## [DATA FOR THIS EXERCISE]
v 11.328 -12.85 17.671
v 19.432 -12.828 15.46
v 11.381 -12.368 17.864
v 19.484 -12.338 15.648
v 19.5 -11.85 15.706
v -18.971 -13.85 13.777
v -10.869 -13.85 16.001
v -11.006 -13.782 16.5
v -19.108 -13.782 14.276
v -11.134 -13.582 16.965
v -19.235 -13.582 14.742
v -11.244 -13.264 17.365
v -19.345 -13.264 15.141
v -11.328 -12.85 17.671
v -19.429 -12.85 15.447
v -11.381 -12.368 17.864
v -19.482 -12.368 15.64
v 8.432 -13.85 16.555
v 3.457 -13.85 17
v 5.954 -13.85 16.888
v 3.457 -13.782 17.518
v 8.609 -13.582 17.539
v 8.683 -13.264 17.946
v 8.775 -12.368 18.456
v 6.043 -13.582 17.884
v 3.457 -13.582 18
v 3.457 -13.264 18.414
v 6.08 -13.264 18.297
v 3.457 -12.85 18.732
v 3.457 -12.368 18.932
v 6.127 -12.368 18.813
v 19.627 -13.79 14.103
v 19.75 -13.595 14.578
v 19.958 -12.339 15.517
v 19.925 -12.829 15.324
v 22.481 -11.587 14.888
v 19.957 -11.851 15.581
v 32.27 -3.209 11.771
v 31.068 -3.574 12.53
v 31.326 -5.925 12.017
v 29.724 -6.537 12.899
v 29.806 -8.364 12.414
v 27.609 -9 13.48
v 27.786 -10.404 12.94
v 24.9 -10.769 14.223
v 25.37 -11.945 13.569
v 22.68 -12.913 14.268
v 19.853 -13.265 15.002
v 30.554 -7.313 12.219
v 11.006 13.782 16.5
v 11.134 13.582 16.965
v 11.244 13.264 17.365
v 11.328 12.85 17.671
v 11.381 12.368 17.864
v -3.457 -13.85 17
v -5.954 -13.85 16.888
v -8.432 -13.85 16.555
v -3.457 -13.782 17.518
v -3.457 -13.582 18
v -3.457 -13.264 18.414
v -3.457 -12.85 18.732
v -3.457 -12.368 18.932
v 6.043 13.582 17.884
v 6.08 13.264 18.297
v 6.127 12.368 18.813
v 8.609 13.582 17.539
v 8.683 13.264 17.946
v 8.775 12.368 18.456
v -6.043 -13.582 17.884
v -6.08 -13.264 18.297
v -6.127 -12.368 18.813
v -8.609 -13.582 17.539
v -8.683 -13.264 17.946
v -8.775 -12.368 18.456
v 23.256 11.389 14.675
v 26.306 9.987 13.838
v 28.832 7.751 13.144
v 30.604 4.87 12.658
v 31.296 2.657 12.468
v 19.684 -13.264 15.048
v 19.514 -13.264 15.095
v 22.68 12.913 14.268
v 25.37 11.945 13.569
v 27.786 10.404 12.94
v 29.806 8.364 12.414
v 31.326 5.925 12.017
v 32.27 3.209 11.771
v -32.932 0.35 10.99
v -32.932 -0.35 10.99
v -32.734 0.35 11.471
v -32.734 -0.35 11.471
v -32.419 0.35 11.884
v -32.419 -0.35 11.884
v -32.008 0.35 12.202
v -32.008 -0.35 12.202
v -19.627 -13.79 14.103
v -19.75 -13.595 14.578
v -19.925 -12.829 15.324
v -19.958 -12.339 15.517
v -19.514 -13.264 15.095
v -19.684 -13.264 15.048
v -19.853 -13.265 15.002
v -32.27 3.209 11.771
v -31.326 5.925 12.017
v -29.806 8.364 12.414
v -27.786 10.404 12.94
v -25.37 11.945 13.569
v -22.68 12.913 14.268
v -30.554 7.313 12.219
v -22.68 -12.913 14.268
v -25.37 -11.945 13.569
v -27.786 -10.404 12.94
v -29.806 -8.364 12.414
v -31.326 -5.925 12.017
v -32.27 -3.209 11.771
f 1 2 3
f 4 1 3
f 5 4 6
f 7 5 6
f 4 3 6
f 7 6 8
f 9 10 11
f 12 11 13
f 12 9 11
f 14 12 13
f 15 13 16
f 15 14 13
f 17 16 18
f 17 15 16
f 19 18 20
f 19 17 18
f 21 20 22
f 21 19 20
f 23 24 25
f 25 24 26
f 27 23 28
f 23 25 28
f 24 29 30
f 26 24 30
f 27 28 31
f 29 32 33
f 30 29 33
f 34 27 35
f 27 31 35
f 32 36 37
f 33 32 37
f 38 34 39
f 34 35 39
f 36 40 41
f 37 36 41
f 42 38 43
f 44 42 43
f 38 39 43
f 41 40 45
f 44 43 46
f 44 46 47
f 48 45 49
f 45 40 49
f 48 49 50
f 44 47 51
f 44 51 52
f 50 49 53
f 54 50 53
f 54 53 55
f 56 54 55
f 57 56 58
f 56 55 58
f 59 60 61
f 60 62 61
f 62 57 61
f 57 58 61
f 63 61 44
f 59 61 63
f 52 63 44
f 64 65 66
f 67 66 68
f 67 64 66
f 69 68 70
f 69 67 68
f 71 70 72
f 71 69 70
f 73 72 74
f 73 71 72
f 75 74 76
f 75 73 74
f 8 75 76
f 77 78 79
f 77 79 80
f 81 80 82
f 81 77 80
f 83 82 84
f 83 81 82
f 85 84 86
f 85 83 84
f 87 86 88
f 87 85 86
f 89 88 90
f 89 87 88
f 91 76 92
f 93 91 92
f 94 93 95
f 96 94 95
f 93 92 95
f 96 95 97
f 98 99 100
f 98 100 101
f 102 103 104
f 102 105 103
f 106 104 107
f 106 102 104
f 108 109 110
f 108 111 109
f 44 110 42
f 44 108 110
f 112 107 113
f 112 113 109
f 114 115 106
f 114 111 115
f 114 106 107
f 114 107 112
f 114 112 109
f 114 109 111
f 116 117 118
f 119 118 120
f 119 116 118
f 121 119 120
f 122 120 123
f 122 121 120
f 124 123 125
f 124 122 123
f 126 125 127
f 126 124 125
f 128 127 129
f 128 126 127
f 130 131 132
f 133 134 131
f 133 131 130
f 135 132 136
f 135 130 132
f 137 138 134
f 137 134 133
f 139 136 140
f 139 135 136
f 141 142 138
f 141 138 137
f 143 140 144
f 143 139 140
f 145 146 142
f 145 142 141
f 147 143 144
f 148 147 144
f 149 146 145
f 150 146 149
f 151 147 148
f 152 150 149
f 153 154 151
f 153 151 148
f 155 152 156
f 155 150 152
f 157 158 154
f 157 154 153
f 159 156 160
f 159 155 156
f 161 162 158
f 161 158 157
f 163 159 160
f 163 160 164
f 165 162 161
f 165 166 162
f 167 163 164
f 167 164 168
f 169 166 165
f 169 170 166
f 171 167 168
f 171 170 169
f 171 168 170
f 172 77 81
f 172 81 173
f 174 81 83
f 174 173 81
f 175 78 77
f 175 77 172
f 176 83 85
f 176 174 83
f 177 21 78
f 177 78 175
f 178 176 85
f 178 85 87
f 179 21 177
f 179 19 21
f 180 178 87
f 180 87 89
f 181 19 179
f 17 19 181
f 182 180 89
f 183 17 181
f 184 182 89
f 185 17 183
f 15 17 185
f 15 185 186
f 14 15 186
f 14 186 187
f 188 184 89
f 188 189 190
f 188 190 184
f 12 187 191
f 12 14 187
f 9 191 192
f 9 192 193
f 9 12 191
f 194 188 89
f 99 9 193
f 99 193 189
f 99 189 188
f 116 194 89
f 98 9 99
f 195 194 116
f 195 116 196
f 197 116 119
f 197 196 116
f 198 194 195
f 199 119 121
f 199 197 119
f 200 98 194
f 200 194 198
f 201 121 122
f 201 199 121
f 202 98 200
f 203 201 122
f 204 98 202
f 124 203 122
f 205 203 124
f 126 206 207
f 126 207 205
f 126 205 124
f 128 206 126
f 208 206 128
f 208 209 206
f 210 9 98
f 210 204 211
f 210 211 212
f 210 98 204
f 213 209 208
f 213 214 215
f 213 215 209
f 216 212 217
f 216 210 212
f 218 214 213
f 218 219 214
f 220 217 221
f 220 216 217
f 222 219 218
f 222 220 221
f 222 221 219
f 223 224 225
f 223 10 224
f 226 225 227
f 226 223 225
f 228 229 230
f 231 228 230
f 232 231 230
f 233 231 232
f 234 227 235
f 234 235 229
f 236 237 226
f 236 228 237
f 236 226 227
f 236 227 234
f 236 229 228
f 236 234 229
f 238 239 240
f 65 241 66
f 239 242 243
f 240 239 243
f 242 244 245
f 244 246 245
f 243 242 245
* * *
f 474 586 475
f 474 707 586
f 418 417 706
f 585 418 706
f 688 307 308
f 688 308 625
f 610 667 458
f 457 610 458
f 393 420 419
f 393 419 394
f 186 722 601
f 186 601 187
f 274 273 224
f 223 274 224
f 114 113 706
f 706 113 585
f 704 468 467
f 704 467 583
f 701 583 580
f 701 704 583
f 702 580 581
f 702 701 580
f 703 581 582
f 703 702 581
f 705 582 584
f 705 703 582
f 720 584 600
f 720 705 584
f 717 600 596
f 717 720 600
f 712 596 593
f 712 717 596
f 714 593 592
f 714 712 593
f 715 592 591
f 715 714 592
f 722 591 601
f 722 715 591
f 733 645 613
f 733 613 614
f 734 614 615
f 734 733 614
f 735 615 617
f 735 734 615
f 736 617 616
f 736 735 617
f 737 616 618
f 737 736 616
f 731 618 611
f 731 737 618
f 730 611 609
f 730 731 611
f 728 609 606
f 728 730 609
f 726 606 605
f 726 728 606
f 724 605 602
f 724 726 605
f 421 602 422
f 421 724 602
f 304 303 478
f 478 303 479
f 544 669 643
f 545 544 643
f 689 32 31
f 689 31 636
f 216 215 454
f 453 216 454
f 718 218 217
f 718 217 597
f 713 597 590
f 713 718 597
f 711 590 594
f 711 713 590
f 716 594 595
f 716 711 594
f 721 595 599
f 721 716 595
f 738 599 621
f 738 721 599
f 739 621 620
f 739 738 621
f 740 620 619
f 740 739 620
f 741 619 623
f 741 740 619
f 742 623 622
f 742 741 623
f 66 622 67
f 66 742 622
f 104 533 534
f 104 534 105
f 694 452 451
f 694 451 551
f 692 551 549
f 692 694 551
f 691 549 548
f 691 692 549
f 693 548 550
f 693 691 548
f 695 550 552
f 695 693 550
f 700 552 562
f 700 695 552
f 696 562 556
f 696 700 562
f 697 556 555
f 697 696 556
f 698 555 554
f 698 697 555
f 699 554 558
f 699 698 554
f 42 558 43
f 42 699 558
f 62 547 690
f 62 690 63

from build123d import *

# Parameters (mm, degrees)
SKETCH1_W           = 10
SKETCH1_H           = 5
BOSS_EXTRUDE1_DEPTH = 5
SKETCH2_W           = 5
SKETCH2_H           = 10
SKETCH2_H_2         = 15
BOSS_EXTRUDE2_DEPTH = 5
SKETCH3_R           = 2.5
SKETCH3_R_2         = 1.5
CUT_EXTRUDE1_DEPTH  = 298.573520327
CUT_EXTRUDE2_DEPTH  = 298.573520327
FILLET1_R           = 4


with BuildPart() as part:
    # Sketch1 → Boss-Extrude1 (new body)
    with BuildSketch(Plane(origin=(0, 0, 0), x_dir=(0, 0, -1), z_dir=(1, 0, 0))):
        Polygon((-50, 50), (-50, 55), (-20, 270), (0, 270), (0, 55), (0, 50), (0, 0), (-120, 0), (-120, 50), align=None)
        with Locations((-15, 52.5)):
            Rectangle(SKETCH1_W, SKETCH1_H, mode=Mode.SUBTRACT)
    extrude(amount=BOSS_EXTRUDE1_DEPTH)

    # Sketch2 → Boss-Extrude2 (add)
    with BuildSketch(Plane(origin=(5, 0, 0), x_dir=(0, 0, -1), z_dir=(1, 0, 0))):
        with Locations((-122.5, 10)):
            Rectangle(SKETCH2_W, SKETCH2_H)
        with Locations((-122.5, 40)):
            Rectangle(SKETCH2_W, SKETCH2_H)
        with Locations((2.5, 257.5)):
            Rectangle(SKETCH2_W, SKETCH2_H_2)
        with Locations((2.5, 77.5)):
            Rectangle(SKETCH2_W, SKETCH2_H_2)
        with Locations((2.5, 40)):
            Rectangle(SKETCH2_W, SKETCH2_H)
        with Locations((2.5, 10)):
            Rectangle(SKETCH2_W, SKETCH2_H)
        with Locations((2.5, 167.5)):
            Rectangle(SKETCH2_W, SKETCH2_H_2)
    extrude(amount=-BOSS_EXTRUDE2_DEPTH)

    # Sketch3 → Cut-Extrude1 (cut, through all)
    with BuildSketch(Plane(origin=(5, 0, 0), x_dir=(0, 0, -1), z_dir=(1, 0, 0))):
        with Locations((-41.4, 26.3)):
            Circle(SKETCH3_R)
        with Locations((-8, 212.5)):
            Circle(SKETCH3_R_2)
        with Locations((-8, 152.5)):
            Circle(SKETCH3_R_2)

## [WHAT THIS TASK INVOLVES]
Read through the material above, and whenever a line contains "Locations", copy it.

## [TASK OUTPUT]
        with Locations((-15, 52.5)):
        with Locations((-122.5, 10)):
        with Locations((-122.5, 40)):
        with Locations((2.5, 257.5)):
        with Locations((2.5, 77.5)):
        with Locations((2.5, 40)):
        with Locations((2.5, 10)):
        with Locations((2.5, 167.5)):
        with Locations((-41.4, 26.3)):
        with Locations((-8, 212.5)):
        with Locations((-8, 152.5)):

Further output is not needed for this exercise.